The records =>
##########

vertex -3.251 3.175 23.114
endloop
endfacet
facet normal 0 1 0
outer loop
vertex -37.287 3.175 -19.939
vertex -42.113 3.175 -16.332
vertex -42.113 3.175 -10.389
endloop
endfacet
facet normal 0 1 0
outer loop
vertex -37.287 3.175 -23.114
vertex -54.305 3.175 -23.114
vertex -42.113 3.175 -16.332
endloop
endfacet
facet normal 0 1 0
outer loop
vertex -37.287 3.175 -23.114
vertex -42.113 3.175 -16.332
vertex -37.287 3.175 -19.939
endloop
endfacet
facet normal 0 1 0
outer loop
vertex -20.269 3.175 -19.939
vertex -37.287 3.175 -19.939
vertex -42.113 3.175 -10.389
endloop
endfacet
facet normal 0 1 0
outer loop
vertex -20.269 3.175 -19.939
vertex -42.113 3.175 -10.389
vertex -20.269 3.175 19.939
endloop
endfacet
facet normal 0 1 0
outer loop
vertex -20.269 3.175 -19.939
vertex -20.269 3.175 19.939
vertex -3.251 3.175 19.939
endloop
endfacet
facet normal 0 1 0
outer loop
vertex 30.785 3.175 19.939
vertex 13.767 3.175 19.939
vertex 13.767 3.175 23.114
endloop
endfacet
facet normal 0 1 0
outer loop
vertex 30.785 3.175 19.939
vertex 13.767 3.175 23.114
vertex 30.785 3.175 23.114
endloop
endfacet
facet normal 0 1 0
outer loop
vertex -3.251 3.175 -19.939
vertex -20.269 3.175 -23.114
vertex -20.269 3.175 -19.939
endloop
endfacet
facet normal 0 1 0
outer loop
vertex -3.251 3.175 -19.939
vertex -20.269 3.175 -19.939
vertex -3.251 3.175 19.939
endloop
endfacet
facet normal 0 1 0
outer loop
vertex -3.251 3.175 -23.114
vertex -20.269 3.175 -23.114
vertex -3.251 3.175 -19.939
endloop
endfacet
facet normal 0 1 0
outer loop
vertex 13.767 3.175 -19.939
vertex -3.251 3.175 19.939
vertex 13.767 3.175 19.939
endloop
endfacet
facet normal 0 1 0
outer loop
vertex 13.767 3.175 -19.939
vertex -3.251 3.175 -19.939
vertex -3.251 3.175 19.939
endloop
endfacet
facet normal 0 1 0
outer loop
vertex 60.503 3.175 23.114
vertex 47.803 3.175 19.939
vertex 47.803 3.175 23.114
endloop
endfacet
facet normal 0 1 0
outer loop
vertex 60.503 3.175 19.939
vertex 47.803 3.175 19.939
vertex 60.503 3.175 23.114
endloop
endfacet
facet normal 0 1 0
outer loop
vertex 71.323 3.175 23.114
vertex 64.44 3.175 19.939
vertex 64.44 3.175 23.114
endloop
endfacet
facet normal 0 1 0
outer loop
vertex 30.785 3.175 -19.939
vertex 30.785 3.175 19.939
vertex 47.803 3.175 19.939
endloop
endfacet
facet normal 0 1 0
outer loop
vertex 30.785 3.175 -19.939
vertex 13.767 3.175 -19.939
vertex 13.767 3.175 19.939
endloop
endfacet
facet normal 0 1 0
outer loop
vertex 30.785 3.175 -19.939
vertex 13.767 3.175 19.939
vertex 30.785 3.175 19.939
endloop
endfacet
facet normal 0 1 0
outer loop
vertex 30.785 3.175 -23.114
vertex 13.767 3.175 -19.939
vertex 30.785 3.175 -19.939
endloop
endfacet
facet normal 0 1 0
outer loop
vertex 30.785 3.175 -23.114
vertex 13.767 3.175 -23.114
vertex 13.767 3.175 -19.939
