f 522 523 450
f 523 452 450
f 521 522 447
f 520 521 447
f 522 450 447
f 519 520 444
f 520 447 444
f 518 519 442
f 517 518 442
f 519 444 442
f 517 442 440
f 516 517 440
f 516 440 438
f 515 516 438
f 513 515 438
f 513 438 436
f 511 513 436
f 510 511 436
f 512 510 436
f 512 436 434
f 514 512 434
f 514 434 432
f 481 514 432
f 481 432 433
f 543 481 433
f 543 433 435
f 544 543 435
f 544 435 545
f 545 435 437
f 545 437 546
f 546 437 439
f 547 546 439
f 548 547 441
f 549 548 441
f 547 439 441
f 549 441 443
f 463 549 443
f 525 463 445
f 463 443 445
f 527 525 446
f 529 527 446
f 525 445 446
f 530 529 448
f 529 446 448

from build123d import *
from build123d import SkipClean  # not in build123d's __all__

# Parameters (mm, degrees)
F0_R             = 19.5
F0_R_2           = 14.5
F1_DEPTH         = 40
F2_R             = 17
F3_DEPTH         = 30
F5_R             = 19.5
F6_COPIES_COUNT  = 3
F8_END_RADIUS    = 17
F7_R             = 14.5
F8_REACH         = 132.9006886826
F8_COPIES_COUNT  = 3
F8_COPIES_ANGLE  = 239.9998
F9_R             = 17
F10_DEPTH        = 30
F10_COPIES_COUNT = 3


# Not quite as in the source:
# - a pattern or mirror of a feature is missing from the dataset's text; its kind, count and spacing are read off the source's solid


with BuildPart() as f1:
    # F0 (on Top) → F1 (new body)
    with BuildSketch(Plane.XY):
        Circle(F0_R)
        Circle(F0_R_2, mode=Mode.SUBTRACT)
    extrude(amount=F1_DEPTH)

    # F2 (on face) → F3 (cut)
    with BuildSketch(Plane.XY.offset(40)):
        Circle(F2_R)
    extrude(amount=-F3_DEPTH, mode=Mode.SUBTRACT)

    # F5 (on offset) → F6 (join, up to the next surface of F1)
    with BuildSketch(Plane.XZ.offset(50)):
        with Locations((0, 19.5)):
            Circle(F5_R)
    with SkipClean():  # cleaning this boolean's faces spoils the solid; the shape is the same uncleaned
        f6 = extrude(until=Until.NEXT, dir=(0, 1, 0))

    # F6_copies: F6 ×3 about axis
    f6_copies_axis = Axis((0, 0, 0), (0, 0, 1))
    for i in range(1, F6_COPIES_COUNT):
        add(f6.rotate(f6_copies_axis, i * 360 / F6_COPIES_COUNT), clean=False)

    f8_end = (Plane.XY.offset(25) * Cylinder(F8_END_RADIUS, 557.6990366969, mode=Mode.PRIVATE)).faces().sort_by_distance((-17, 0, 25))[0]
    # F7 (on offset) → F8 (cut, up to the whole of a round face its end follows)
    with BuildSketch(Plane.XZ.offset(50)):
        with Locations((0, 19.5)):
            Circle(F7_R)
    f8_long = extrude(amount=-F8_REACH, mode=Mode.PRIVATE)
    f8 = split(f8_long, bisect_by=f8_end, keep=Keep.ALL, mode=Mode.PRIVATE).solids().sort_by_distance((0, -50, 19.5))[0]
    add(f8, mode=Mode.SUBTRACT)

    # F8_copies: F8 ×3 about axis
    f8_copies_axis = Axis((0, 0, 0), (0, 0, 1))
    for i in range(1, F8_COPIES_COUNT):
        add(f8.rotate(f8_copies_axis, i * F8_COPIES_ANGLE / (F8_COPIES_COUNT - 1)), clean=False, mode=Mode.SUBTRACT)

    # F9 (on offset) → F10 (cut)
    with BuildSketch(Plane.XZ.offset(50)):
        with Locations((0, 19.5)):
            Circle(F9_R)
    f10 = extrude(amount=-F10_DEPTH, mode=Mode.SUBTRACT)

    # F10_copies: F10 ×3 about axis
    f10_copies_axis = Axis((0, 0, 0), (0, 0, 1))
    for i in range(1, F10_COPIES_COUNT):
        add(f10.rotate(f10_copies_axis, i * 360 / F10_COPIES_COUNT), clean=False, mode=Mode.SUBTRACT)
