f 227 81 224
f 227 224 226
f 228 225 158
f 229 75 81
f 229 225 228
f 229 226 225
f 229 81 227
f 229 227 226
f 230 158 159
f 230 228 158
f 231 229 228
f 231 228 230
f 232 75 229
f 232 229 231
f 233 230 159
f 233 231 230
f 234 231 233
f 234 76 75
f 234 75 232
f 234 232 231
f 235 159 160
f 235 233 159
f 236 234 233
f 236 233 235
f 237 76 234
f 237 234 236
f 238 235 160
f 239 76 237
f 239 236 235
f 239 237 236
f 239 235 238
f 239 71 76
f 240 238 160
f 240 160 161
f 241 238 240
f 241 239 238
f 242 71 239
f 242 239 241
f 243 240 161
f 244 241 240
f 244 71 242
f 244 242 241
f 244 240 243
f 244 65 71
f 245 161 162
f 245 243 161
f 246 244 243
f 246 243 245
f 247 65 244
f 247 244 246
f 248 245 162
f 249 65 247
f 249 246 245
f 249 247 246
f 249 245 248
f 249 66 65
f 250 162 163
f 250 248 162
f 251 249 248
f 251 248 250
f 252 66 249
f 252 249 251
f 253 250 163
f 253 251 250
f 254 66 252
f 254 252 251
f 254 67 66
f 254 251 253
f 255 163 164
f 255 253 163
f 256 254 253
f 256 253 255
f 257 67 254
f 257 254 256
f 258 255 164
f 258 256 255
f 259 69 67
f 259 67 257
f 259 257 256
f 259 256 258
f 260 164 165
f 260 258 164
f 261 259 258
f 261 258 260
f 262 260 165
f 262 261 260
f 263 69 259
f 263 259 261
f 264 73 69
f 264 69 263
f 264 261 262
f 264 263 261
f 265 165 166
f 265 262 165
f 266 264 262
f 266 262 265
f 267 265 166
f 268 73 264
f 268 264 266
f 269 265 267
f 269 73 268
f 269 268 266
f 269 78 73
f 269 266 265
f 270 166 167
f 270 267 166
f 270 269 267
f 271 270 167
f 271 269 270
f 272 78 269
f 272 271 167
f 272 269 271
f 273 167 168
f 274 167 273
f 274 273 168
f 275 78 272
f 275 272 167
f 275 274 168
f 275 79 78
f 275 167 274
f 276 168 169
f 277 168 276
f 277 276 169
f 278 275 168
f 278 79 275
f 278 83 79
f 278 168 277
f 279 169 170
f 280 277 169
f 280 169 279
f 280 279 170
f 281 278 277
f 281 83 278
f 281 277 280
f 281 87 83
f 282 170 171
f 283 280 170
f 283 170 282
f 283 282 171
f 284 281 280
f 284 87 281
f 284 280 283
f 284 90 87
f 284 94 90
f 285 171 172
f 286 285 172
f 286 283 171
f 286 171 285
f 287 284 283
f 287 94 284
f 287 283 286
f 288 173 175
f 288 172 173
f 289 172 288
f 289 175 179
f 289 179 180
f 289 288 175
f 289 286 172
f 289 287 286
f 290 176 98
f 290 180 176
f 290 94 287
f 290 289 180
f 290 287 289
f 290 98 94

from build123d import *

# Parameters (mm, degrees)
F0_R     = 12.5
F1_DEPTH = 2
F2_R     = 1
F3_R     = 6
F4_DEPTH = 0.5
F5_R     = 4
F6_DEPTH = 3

##########

Exercise =>
Report every line above that has the string "Circle" in it.

Expected output =>
        Circle(F0_R)
        Circle(F0_R_2, mode=Mode.SUBTRACT)
        Circle(F2_R)
            Circle(F5_R)
            Circle(F7_R)
            Circle(F9_R)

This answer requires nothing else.